**SOURCE DATA**
○ ○ ○ ○ ○ ○ ○

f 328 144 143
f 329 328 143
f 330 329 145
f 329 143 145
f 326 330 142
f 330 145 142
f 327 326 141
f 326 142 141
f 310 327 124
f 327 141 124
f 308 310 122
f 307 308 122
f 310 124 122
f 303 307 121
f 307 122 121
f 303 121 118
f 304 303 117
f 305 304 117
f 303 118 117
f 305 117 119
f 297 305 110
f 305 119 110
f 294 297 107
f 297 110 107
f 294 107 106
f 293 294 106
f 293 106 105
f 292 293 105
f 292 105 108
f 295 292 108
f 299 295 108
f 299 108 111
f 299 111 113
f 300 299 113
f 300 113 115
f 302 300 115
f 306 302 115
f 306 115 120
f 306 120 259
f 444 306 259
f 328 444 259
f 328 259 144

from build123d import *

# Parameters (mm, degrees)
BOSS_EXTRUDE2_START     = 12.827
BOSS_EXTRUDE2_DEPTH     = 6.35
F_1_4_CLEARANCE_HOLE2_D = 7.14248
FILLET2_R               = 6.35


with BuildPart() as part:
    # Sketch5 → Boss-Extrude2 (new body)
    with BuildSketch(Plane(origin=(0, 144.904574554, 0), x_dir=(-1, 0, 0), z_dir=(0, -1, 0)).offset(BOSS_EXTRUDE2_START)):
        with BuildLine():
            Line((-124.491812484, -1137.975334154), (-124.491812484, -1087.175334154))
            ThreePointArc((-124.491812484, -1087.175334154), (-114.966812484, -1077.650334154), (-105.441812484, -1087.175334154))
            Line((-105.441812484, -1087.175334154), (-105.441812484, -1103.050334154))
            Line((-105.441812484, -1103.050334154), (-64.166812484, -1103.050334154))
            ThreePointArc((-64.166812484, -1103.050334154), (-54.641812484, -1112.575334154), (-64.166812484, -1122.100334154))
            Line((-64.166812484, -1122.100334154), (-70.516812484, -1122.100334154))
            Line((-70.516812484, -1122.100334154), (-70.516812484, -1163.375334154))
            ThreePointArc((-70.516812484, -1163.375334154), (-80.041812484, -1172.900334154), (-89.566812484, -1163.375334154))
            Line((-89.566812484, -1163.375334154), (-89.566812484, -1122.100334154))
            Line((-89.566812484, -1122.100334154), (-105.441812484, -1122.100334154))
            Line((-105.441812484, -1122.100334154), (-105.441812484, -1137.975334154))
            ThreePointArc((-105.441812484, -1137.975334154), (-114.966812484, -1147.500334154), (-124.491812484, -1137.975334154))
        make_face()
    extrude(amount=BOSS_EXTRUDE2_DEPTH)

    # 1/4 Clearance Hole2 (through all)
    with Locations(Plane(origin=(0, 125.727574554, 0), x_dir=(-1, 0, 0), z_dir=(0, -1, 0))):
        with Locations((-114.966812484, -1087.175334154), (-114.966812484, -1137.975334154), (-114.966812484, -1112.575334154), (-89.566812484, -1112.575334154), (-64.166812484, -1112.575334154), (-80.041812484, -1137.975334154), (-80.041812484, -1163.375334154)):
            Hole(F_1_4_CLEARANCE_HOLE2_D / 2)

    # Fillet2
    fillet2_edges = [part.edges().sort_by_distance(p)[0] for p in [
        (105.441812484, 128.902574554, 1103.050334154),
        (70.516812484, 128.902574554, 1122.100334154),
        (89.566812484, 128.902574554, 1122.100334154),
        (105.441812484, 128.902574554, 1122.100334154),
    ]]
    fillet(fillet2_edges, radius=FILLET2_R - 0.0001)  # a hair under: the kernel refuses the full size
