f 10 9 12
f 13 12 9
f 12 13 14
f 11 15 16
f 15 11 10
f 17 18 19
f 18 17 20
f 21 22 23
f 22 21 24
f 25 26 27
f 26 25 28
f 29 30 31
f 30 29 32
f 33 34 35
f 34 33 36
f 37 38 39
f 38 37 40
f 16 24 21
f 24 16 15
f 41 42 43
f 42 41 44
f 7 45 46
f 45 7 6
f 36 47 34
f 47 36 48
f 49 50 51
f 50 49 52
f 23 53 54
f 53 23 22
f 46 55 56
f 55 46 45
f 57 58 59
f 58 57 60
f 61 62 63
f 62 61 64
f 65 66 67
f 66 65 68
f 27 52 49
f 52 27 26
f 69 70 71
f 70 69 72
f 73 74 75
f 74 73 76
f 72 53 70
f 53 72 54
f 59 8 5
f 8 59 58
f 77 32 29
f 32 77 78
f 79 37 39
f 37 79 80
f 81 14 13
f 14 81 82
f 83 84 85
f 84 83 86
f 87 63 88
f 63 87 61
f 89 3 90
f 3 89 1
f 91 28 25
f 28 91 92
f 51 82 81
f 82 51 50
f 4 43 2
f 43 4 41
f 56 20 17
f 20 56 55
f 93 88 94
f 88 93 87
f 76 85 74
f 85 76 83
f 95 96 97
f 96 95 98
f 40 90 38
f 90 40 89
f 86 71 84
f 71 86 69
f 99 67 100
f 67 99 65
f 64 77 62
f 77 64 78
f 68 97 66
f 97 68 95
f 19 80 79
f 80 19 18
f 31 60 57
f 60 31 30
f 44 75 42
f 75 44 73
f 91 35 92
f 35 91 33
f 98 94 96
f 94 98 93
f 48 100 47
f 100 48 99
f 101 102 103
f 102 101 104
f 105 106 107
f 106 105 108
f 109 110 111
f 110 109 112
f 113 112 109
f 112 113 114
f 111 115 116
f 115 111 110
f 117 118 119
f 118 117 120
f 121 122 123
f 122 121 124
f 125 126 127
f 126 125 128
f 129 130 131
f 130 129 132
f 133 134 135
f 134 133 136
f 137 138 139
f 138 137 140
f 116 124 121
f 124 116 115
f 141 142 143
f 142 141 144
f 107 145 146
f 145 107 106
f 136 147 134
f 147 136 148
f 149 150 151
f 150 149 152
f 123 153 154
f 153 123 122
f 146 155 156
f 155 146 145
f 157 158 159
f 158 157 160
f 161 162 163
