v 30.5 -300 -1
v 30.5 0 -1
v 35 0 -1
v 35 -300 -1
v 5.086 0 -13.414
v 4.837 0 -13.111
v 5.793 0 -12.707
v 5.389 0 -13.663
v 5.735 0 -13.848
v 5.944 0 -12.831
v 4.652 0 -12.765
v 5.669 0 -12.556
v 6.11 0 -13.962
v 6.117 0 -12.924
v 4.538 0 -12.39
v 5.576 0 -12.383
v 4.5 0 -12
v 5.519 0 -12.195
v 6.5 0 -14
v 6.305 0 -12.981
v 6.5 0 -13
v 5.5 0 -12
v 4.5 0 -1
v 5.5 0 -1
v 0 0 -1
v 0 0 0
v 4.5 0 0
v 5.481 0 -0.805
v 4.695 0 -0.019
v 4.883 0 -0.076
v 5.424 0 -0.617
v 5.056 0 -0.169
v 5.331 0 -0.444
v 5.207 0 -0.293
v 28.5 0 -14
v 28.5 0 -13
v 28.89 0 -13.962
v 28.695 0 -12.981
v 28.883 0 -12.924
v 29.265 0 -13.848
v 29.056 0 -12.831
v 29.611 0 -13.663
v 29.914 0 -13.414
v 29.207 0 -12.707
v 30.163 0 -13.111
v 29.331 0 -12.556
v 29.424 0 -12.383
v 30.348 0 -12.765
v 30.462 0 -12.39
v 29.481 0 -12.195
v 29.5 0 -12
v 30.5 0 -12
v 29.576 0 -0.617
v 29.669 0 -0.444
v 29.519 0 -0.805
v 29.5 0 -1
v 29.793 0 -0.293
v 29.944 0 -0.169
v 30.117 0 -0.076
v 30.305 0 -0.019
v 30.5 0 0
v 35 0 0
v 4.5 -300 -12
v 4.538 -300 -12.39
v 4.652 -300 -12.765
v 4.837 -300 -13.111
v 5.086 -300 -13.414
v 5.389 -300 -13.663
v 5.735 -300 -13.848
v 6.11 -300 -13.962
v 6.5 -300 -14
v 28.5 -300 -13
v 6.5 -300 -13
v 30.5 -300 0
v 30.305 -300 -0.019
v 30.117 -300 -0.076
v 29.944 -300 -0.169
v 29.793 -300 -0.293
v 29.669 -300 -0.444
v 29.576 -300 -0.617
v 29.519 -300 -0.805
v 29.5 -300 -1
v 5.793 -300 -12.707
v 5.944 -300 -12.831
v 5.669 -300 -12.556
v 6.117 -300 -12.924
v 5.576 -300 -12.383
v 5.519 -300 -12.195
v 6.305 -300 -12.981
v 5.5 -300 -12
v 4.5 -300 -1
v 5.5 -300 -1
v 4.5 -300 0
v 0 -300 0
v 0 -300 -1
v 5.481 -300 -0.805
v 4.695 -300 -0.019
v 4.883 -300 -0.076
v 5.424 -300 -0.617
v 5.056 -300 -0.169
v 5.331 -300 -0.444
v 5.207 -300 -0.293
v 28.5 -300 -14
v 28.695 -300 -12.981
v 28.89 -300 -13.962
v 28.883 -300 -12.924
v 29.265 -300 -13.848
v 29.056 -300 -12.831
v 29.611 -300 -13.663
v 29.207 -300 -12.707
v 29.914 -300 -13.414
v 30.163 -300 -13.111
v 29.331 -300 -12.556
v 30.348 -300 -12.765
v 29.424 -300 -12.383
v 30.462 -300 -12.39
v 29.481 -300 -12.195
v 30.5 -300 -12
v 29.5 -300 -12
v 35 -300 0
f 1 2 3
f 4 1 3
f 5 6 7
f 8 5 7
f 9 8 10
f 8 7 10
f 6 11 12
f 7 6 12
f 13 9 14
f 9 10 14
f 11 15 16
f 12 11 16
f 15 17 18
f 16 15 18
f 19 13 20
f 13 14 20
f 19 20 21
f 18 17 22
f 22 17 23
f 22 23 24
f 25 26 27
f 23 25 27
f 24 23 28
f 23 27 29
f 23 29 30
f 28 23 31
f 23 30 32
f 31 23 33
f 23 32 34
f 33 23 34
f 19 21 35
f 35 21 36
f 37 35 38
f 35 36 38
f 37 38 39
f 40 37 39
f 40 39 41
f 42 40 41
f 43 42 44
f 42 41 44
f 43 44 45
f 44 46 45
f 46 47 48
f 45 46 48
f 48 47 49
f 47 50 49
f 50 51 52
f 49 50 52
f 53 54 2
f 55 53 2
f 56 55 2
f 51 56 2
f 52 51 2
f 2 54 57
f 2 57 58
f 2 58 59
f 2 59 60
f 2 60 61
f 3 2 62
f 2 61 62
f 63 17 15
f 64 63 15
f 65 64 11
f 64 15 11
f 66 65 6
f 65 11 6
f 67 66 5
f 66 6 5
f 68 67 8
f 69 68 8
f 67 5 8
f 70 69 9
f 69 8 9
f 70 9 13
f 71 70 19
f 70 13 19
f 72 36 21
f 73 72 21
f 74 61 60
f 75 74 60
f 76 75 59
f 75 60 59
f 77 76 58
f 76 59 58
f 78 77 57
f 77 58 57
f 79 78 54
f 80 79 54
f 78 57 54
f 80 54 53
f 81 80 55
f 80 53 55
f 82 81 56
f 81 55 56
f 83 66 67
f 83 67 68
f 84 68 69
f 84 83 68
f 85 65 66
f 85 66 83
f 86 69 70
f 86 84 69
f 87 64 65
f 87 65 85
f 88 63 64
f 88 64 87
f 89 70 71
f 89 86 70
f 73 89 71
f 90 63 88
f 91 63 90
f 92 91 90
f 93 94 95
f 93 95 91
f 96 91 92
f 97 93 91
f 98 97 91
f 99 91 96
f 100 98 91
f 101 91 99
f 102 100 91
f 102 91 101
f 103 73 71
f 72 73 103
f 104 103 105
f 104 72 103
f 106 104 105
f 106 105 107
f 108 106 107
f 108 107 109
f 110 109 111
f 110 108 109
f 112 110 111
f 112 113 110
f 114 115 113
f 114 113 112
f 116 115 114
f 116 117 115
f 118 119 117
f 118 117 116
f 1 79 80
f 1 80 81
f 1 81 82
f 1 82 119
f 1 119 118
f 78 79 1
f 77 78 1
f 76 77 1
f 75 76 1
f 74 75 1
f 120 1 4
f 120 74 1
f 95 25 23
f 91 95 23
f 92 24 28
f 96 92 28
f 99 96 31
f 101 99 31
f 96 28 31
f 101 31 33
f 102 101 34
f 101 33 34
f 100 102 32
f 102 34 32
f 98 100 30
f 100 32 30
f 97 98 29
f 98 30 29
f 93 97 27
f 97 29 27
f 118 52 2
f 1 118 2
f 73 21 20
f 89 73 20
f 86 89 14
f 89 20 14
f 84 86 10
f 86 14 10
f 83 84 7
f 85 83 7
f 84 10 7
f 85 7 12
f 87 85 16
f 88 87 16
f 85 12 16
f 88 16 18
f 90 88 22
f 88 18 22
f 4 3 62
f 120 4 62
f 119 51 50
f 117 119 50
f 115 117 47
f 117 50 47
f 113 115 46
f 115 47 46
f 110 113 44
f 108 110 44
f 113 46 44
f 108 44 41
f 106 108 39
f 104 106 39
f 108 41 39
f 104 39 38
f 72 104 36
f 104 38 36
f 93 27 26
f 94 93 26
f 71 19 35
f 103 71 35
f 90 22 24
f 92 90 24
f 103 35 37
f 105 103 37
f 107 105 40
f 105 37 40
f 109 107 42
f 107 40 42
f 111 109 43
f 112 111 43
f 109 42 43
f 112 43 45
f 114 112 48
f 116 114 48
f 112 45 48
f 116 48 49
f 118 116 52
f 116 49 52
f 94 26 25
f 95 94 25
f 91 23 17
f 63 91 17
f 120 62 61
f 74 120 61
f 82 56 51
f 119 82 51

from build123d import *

# Parameters (mm, degrees)
F1_DEPTH = 300


with BuildPart() as f1:
    # F0 (on Front) → F1 (new body)
    with BuildSketch(Plane.XZ):
        with BuildLine():
            Line((4.5, 0), (0, 0))
            Line((0, 0), (0, -1))
            Line((0, -1), (4.5, -1))
            Line((4.5, -1), (4.5, -12))
            ThreePointArc((4.5, -12), (5.085786, -13.414214), (6.5, -14))
            Line((6.5, -14), (28.5, -14))
            ThreePointArc((28.5, -14), (29.914214, -13.414214), (30.5, -12))
            Line((30.5, -12), (30.5, -1))
            Line((30.5, -1), (35, -1))
            Line((35, -1), (35, 0))
            Line((35, 0), (30.5, 0))
            ThreePointArc((30.5, 0), (29.792893, -0.292893), (29.5, -1))
            Line((29.5, -1), (29.5, -12))
            ThreePointArc((29.5, -12), (29.207107, -12.707107), (28.5, -13))
            Line((28.5, -13), (6.5, -13))
            ThreePointArc((6.5, -13), (5.792893, -12.707107), (5.5, -12))
            Line((5.5, -12), (5.5, -1))
            ThreePointArc((5.5, -1), (5.207107, -0.292893), (4.5, 0))
        make_face()
    extrude(amount=F1_DEPTH)


solid = f1.part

○ ○ ○ ○ ○ ○ ○

**WHAT YOU NEED TO DO**
The answer must be a single number: how many lines above contain "Locations".

**RESPONSE TO THE EXERCISE**
2